Definitely. And I think there is just such an interest in this movement to sort of be young longer, have this longer health span. So establishing these guidelines, these norms within the field is critically important to get everybody on the same page to make sure we can all understand each other between, like you mentioned, these scientists across all these different countries who are working on things relevant for this particular field.
Yeah. In fact, we are writing at the moment, as I speak, an article for Nature Communication to basically talk about what technology needs to develop in this area. For example, when you transfer mitochondria, we do not know its biodistribution. So if I take mitochondria and put it, say, in the skin, I do not know whether it goes to heart, goes to lung, and how long it stays, when it gets degraded, what happens in the cells.

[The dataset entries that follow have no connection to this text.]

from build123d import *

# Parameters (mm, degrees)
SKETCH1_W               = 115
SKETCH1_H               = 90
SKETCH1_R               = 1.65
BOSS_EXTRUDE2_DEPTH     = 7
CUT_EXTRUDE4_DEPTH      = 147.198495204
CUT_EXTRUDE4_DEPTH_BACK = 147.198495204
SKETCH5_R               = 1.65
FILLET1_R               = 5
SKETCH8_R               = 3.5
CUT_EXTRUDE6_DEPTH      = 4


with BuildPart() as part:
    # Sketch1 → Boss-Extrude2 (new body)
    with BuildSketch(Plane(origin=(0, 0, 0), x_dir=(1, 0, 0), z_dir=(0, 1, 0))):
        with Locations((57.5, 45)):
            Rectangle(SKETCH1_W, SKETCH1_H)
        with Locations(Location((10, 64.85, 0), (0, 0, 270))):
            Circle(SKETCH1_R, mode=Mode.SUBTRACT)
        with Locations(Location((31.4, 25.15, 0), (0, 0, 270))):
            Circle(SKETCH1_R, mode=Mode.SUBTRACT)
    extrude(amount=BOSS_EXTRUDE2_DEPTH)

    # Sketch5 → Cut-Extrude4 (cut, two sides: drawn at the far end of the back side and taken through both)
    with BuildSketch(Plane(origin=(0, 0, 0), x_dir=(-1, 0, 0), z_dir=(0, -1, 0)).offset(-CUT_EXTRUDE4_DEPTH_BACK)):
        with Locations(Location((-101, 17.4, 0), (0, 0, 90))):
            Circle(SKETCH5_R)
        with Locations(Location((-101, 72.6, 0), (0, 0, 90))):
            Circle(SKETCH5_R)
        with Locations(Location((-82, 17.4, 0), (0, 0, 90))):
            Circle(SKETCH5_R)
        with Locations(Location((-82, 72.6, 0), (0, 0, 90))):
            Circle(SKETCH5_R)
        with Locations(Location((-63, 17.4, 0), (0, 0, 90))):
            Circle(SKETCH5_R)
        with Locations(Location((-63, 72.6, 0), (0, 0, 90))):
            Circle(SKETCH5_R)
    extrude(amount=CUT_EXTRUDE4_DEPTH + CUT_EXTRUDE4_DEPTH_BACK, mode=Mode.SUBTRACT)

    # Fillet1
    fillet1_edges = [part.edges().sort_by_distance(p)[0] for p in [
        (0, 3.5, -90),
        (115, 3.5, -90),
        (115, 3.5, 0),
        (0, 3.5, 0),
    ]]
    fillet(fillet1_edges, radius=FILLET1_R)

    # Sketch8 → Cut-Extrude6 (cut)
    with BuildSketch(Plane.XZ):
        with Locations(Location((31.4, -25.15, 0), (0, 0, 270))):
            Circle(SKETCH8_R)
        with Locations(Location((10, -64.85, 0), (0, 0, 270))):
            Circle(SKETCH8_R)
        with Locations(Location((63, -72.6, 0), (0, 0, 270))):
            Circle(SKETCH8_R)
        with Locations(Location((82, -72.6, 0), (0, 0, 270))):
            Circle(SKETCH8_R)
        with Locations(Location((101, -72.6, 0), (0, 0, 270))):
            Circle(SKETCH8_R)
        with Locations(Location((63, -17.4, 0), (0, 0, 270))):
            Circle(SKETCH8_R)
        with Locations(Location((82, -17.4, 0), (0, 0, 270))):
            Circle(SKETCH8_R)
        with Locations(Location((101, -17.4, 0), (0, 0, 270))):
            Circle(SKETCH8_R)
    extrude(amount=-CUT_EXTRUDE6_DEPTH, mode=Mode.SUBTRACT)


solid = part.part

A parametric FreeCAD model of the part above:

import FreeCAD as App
import Part
import Sketcher

V = App.Vector
Q = App.Units.Quantity


def edges_at(feature, points):
    """Names of the edges that pass closest to the given points."""
    edges = feature.Shape.Edges
    near = lambda p: min(range(len(edges)), key=lambda i: edges[i].distToShape(Part.Vertex(*p))[0])
    return sorted({f"Edge{near(p) + 1}" for p in points})

doc = App.newDocument("Part")
body = doc.addObject("PartDesign::Body", "Body")

sketch1 = body.newObject("Sketcher::SketchObject", "Sketch")
sketch1.AttachmentSupport = (doc.getObject("XZ_Plane"), [""])
sketch1.MapMode = "FlatFace"
sketch1.addGeometry([
    Part.LineSegment(V(0, -90, 0), V(0, 0, 0)),
    Part.LineSegment(V(0, 0, 0), V(115, 0, 0)),
    Part.LineSegment(V(115, 0, 0), V(115, -90, 0)),
    Part.LineSegment(V(115, -90, 0), V(0, -90, 0)),
    Part.Circle(V(31.4, -25.1, 0), V(0, 0, 1), 1.6),
    Part.Circle(V(10, -64.8, 0), V(0, 0, 1), 1.6),
], False)
sketch1.addConstraint([
    Sketcher.Constraint("Coincident", 0, 2, 1, 1),
    Sketcher.Constraint("Coincident", 1, 2, 2, 1),
    Sketcher.Constraint("Coincident", 2, 2, 3, 1),
    Sketcher.Constraint("Coincident", 3, 2, 0, 1),
    Sketcher.Constraint("Vertical", 0),
    Sketcher.Constraint("Horizontal", 1),
    Sketcher.Constraint("Vertical", 2),
    Sketcher.Constraint("Horizontal", 3),
    Sketcher.Constraint("Coincident", 0, 2, -1, 1),
    Sketcher.Constraint("Equal", 4, 5),
    Sketcher.Constraint("Diameter", 4, Q("3.3 mm")),
    Sketcher.Constraint("DistanceX", 1, 1, 1, 2, Q("115 mm")),
    Sketcher.Constraint("DistanceY", 0, 1, 0, 2, Q("90 mm")),
    Sketcher.Constraint("DistanceX", -1, 1, 5, 3, Q("10 mm")),
    Sketcher.Constraint("DistanceX", -1, 1, 4, 3, Q("31.4 mm")),
    Sketcher.Constraint("DistanceY", 5, 3, 4, 3, Q("39.7 mm")),
    Sketcher.Constraint("DistanceY", 4, 3, -1, 1, Q("25.15 mm")),
])
pad1 = body.newObject("PartDesign::Pad", "Pad")
pad1.Profile = sketch1
pad1.Length = 7
pad1.Reversed = True

sketch2 = body.newObject("Sketcher::SketchObject", "Sketch001")
sketch2.AttachmentSupport = (doc.getObject("XZ_Plane"), [""])
sketch2.MapMode = "FlatFace"
sketch2.addGeometry([
    Part.Circle(V(101, -17.4, 0), V(0, 0, 1), 1.6),
    Part.Circle(V(101, -72.6, 0), V(0, 0, 1), 1.6),
    Part.Circle(V(82, -17.4, 0), V(0, 0, 1), 1.6),
    Part.Circle(V(82, -72.6, 0), V(0, 0, 1), 1.6),
    Part.Circle(V(63, -17.4, 0), V(0, 0, 1), 1.6),
    Part.Circle(V(63, -72.6, 0), V(0, 0, 1), 1.6),
], False)
sketch2.addConstraint([
    Sketcher.Constraint("Equal", 0, 1),
    Sketcher.Constraint("Equal", 1, 2),
    Sketcher.Constraint("Equal", 2, 3),
    Sketcher.Constraint("Equal", 3, 4),
    Sketcher.Constraint("Equal", 4, 5),
    Sketcher.Constraint("Horizontal", 0, 3, 2, 3),
    Sketcher.Constraint("Horizontal", 1, 3, 3, 3),
    Sketcher.Constraint("Horizontal", 2, 3, 4, 3),
    Sketcher.Constraint("Horizontal", 3, 3, 5, 3),
    Sketcher.Constraint("Vertical", 0, 3, 1, 3),
    Sketcher.Constraint("Vertical", 2, 3, 3, 3),
    Sketcher.Constraint("Vertical", 4, 3, 5, 3),
    Sketcher.Constraint("Diameter", 0, Q("3.3 mm")),
    Sketcher.Constraint("DistanceX", -1, 1, 0, 3, Q("101 mm")),
    Sketcher.Constraint("DistanceX", -1, 1, 2, 3, Q("82 mm")),
    Sketcher.Constraint("DistanceX", -1, 1, 4, 3, Q("63 mm")),
    Sketcher.Constraint("DistanceY", 0, 3, -1, 1, Q("17.4 mm")),
    Sketcher.Constraint("DistanceY", 1, 3, -1, 1, Q("72.6 mm")),
])
pocket1 = body.newObject("PartDesign::Pocket", "Pocket")
pocket1.Profile = sketch2
pocket1.Type = "ThroughAll"
pocket1.Midplane = True
doc.recompute()

fillet = body.newObject("PartDesign::Fillet", "Fillet")
fillet.Base = (pocket1, edges_at(pocket1, [
    (0, 3.5, -90),
    (115, 3.5, -90),
    (115, 3.5, 0),
    (0, 3.5, 0),
]))
fillet.Radius = 5

sketch3 = body.newObject("Sketcher::SketchObject", "Sketch002")
sketch3.AttachmentSupport = (doc.getObject("XZ_Plane"), [""])
sketch3.MapMode = "FlatFace"
sketch3.addGeometry([
    Part.Circle(V(31.4, -25.1, 0), V(0, 0, 1), 3.5),
    Part.Circle(V(10, -64.8, 0), V(0, 0, 1), 3.5),
    Part.Circle(V(63, -72.6, 0), V(0, 0, 1), 3.5),
    Part.Circle(V(82, -72.6, 0), V(0, 0, 1), 3.5),
    Part.Circle(V(101, -72.6, 0), V(0, 0, 1), 3.5),
    Part.Circle(V(63, -17.4, 0), V(0, 0, 1), 3.5),
    Part.Circle(V(82, -17.4, 0), V(0, 0, 1), 3.5),
    Part.Circle(V(101, -17.4, 0), V(0, 0, 1), 3.5),
], False)
sketch3.addConstraint([
    Sketcher.Constraint("Equal", 0, 1),
    Sketcher.Constraint("Equal", 1, 2),
    Sketcher.Constraint("Equal", 2, 3),
    Sketcher.Constraint("Equal", 3, 4),
    Sketcher.Constraint("Equal", 4, 5),
    Sketcher.Constraint("Equal", 5, 6),
    Sketcher.Constraint("Equal", 6, 7),
    Sketcher.Constraint("Horizontal", 2, 3, 3, 3),
    Sketcher.Constraint("Horizontal", 3, 3, 4, 3),
    Sketcher.Constraint("Horizontal", 5, 3, 6, 3),
    Sketcher.Constraint("Horizontal", 6, 3, 7, 3),
    Sketcher.Constraint("Vertical", 2, 3, 5, 3),
    Sketcher.Constraint("Vertical", 3, 3, 6, 3),
    Sketcher.Constraint("Vertical", 4, 3, 7, 3),
    Sketcher.Constraint("Diameter", 0, Q("7 mm")),
    Sketcher.Constraint("DistanceX", -1, 1, 1, 3, Q("10 mm")),
    Sketcher.Constraint("DistanceX", -1, 1, 2, 3, Q("63 mm")),
    Sketcher.Constraint("DistanceX", -1, 1, 3, 3, Q("82 mm")),
    Sketcher.Constraint("DistanceX", -1, 1, 4, 3, Q("101 mm")),
    Sketcher.Constraint("DistanceX", -1, 1, 0, 3, Q("31.4 mm")),
    Sketcher.Constraint("DistanceY", 2, 3, -1, 1, Q("72.6 mm")),
    Sketcher.Constraint("DistanceY", 5, 3, -1, 1, Q("17.4 mm")),
    Sketcher.Constraint("DistanceY", 1, 3, 0, 3, Q("39.7 mm")),
    Sketcher.Constraint("DistanceY", 0, 3, -1, 1, Q("25.15 mm")),
])
pocket2 = body.newObject("PartDesign::Pocket", "Pocket001")
pocket2.Profile = sketch3
pocket2.Length = 4

doc.recompute()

So we are also taking actually one technological approach, what needs to be done. Then we are using a model organism like Baker's yeast. In fact, it was the first paper, which actually is in the article. Somebody did this experiment and probably forgot about it in 1979.
They transfer mitochondria from the yeast to another yeast. So we are going back and say, okay, I think that could be a faster way because yeast grow faster and you can manipulate genetically, not like mice or other systems.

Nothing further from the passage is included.